One should not feel too sorry for the poor monarch as her position comes with considerable privilege. In Jersey (and elsewhere) this "privilege" is not mere kudos and social standing, but relates to hard currency and £££ through mechanisms such as the sale of titles -and with it the "ownership" of real things like the St Helier foreshore (the reclamation site!) by certain Jersey Lawyers.
The failure to demand basic standards of responsibility from a monarch (be they sweet old lady or young buck) is bound to be just as disastrous as previous unquestioning trust in institutions such as the Church.
These institutions will not survive if their power is abused.
In Jersey the Bailiff (currently William Bailhache) is THE LAW and even has a veto over what can and can't be discussed by our elected representatives.
Jersey's "democracy" is not a democracy because it is structurally undermined at so many levels. A surprising proportion of the punters are content because it is what they have grown up with and they feel they feel they have a place.
Their future seems bright. But only if they bend to the will of the real power.

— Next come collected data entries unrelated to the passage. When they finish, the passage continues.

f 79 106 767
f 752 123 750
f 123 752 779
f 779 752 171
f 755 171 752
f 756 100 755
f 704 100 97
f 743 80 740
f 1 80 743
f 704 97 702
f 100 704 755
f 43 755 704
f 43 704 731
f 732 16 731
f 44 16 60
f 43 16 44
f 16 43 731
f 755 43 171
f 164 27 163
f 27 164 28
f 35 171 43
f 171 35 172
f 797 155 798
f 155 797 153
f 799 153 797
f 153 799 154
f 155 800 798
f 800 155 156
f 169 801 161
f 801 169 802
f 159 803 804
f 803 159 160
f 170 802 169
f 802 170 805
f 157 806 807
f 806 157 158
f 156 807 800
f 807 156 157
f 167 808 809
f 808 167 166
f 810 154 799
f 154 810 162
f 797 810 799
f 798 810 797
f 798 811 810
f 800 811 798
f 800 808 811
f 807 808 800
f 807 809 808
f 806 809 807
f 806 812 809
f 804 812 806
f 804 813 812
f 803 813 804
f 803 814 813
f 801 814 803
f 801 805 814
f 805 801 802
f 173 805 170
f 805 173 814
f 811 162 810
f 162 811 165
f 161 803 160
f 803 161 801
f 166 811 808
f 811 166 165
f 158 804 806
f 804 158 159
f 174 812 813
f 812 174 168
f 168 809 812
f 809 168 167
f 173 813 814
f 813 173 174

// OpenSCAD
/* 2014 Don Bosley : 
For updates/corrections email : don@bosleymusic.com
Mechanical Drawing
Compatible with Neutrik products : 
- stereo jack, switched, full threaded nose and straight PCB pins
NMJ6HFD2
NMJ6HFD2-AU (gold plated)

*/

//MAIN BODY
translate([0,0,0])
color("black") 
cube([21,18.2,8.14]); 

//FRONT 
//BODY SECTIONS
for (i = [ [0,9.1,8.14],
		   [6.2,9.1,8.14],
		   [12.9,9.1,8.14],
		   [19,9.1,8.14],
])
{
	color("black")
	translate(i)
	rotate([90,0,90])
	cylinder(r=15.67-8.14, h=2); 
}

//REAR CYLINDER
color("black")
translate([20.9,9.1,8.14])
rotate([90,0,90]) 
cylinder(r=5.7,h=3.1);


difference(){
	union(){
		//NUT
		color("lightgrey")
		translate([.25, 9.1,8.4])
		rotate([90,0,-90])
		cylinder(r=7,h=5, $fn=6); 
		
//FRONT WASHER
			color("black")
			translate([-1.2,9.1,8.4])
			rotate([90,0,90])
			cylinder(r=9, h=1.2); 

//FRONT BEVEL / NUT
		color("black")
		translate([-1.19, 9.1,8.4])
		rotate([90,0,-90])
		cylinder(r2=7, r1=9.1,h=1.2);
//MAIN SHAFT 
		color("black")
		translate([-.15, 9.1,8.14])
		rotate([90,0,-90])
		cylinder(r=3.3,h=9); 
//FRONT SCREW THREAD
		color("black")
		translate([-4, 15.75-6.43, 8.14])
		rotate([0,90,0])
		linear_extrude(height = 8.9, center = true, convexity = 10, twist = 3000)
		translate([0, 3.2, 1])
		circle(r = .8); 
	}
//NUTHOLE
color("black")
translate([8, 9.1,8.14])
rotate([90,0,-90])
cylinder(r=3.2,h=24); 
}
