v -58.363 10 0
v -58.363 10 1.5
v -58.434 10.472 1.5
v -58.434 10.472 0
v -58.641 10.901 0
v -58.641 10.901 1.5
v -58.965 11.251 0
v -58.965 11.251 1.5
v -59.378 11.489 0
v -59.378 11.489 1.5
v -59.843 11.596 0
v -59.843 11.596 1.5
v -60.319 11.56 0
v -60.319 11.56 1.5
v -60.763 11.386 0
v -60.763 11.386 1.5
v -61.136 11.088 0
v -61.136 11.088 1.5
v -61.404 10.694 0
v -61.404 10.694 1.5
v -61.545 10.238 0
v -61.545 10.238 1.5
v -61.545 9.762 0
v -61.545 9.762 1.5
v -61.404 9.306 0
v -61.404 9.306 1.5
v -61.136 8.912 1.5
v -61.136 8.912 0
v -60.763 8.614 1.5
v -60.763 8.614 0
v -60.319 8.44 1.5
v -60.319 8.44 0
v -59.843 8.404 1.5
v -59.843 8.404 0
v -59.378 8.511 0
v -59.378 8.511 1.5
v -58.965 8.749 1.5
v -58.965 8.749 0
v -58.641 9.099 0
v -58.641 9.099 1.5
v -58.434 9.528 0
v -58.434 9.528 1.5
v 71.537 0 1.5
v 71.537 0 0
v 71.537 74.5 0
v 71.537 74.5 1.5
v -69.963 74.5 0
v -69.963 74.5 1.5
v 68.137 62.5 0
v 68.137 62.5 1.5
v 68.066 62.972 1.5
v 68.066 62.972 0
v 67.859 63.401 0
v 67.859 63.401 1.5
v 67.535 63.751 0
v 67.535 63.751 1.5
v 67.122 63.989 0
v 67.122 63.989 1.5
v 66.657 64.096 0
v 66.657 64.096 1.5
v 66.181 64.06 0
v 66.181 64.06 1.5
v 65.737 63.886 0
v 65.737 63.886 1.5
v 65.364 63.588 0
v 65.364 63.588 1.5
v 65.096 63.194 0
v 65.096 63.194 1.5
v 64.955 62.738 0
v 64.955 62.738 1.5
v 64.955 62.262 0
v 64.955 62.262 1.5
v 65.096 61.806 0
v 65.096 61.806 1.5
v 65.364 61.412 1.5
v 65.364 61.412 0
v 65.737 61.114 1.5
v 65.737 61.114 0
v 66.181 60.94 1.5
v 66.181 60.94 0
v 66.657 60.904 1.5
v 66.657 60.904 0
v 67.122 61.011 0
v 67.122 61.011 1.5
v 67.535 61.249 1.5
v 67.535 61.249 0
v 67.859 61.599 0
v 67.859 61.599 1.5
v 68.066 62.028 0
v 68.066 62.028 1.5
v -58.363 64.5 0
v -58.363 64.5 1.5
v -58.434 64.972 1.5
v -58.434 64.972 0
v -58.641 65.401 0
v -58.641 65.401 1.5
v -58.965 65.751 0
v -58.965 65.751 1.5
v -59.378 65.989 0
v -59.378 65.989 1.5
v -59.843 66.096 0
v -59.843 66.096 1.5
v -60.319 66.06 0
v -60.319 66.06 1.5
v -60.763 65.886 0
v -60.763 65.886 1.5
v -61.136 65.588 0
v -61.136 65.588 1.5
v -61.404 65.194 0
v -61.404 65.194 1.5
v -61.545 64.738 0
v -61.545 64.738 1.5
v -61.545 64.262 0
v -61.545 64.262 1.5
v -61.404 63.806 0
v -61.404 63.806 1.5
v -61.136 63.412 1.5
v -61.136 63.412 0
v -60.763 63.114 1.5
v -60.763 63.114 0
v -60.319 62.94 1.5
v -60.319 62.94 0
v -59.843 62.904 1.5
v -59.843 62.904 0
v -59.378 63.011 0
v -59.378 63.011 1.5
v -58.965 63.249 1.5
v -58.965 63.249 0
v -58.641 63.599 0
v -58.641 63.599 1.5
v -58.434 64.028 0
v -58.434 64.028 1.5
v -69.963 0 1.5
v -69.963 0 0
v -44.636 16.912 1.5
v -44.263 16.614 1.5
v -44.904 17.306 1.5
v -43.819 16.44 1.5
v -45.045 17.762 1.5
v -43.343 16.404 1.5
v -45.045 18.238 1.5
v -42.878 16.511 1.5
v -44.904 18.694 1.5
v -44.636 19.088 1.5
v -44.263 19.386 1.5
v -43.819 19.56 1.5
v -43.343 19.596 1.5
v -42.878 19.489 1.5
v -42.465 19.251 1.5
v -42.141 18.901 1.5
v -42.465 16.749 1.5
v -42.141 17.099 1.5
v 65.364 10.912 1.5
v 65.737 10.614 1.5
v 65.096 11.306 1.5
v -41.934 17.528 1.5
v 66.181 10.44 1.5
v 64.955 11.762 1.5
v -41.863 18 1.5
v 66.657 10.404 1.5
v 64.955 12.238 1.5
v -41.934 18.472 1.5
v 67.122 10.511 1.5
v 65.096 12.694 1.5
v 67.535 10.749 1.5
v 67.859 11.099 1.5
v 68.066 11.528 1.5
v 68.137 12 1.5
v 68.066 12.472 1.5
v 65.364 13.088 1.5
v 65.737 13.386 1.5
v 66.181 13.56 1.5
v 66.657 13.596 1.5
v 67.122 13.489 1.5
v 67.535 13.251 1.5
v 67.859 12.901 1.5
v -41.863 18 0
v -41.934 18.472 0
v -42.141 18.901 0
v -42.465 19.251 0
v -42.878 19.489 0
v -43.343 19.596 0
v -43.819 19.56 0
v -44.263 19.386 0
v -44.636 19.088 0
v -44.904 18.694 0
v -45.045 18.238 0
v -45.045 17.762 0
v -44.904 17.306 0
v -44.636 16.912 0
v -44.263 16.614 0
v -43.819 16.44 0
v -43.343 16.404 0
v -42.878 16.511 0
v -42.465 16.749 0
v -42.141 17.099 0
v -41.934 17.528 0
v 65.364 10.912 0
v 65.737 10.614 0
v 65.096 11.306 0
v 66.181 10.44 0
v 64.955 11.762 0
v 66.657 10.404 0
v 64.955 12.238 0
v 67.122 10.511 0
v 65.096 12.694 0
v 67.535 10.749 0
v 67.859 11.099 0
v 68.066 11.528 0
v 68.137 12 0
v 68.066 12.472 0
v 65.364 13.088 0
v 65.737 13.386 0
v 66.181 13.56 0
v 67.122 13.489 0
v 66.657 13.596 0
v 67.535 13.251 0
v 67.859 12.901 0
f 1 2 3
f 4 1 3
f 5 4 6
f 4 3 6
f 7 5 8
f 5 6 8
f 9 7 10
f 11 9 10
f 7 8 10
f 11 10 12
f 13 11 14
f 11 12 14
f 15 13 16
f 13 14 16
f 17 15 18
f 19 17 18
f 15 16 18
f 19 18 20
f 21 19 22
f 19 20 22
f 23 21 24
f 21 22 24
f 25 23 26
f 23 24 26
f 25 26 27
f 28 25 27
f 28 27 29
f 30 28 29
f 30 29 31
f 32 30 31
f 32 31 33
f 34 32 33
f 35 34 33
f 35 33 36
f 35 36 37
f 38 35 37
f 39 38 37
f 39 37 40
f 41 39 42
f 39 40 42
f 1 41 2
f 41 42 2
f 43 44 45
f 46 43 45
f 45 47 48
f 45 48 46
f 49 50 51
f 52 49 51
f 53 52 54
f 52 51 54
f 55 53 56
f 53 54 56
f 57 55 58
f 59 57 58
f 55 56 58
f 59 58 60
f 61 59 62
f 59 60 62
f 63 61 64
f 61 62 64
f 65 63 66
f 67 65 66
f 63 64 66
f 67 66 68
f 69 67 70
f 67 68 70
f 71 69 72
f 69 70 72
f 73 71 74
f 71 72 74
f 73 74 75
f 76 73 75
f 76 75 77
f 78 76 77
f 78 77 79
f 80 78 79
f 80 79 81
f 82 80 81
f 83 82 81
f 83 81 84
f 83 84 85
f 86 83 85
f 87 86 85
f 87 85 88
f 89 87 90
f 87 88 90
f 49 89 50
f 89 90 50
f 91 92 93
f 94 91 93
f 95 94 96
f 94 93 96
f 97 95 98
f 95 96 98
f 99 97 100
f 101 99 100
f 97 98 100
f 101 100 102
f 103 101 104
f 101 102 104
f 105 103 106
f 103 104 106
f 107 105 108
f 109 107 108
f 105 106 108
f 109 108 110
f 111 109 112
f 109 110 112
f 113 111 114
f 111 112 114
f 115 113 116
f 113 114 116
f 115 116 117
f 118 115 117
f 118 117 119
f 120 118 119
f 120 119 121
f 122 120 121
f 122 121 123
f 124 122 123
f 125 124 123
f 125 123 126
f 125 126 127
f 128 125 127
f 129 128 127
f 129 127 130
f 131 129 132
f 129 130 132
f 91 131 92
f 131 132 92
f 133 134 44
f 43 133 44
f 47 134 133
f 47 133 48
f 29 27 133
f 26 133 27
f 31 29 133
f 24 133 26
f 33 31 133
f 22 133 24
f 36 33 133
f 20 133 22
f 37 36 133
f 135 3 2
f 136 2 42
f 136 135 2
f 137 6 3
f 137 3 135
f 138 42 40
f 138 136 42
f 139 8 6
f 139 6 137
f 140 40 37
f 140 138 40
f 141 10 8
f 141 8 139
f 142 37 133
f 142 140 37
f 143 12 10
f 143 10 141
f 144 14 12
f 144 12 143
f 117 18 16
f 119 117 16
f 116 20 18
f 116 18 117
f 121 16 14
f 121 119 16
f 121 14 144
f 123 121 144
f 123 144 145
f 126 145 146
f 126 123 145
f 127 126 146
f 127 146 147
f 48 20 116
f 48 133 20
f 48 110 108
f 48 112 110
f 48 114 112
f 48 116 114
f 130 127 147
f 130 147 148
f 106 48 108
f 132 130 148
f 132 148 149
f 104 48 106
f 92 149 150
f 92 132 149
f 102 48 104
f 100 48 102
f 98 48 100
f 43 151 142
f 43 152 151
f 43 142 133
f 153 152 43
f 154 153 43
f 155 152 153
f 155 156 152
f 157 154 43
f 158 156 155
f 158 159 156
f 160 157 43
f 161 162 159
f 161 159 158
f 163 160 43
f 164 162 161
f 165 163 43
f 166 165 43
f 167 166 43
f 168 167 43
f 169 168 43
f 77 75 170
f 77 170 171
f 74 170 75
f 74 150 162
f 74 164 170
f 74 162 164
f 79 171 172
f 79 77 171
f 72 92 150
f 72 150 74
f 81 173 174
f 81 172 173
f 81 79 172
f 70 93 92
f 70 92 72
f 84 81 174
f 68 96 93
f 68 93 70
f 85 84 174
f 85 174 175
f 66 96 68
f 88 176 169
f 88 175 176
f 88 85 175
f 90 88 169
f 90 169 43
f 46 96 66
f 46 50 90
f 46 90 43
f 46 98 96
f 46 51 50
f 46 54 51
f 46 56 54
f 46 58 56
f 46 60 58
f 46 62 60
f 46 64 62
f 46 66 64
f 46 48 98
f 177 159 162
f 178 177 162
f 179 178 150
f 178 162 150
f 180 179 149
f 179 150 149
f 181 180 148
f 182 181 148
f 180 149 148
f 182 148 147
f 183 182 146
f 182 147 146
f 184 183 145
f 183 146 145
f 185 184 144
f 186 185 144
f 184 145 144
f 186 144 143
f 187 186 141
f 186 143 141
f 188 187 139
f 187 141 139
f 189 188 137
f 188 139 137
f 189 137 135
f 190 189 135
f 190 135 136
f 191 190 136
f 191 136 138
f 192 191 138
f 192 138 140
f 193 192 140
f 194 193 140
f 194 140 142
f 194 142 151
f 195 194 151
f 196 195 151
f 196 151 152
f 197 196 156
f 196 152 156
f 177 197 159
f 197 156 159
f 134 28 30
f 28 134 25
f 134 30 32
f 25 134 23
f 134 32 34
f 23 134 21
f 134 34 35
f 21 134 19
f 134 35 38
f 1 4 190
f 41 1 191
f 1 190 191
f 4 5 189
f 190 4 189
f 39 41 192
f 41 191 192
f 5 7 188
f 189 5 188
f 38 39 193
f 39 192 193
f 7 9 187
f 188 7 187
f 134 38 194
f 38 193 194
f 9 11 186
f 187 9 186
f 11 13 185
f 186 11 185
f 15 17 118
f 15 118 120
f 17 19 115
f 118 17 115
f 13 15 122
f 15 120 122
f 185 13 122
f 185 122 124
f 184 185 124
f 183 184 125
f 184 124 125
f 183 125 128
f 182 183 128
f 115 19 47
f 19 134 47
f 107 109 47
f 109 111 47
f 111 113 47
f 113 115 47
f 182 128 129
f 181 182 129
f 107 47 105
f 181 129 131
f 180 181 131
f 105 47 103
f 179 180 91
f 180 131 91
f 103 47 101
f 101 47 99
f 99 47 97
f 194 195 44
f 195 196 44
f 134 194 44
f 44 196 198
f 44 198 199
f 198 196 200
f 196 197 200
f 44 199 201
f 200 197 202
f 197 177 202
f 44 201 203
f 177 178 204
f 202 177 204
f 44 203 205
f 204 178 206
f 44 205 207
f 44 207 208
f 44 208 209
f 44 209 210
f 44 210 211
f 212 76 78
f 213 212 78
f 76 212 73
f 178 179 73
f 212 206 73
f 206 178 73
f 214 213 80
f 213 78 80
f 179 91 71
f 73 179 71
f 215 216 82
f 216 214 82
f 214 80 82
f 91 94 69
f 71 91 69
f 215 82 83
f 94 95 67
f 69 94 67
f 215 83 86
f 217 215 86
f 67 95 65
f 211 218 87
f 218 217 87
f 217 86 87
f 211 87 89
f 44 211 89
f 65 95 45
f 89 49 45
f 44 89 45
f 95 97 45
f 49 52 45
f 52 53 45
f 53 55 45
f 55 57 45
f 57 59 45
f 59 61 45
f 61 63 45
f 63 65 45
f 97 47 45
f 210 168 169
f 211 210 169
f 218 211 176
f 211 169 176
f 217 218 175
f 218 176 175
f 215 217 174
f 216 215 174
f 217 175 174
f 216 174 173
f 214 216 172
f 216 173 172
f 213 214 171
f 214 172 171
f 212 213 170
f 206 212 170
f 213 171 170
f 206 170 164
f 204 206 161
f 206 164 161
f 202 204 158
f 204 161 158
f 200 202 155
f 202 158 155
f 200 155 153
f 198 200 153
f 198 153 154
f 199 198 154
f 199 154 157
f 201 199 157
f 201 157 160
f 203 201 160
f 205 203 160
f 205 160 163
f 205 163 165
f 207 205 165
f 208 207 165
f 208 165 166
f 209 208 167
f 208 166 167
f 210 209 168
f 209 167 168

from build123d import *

# Parameters (mm, degrees)
SKETCH1_W           = 141.5
SKETCH1_H           = 74.5
BOSS_EXTRUDE1_DEPTH = 1.5
SKETCH2_R           = 1.6
CUT_EXTRUDE1_DEPTH  = 1.5
SKETCH3_R           = 1.6
CUT_EXTRUDE2_DEPTH  = 1.5
SKETCH4_R           = 1.6
CUT_EXTRUDE3_DEPTH  = 1.5


with BuildPart() as part:
    # Sketch1 → Boss-Extrude1 (new body)
    with BuildSketch(Plane.XY):
        with Locations((0.787232686, 37.25)):
            Rectangle(SKETCH1_W, SKETCH1_H)
    extrude(amount=BOSS_EXTRUDE1_DEPTH)

    # Sketch2 → Cut-Extrude1 (cut)
    with BuildSketch(Plane.XY.offset(1.5)):
        with Locations((-59.962767314, 64.5)):
            Circle(SKETCH2_R)
        with Locations((-59.962767314, 10)):
            Circle(SKETCH2_R)
    extrude(amount=-CUT_EXTRUDE1_DEPTH, mode=Mode.SUBTRACT)

    # Sketch3 → Cut-Extrude2 (cut)
    with BuildSketch(Plane.XY.offset(1.5)):
        with Locations((66.537232686, 62.5)):
            Circle(SKETCH3_R)
        with Locations((66.537232686, 12)):
            Circle(SKETCH3_R)
    extrude(amount=-CUT_EXTRUDE2_DEPTH, mode=Mode.SUBTRACT)

    # Sketch4 → Cut-Extrude3 (cut)
    with BuildSketch(Plane.XY.offset(1.5)):
        with Locations((-43.462767314, 18)):
            Circle(SKETCH4_R)
    extrude(amount=-CUT_EXTRUDE3_DEPTH, mode=Mode.SUBTRACT)


solid = part.part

If the real power (or it's little army of helpers) had designs on your property, or even your person (or your children) then there is probably not much you could do about it in this company-town.
The thing about unbridled entitlement .....is that it knows no bounds.
It turns out that those campaigners long branded as "conspiracy theorists" had grasped reality and that it was the rest of us who were living in an alternative reality.
An alternative reality with the soundtrack and props enthusiastically supplied by the "forth estate" of the Jersey media who should have been holding power to account.
We have more than two years to push for on line and Island wide voting. Most people now, more than ever before want a new breed of government. Lets make it a busy, interesting and exciting two years.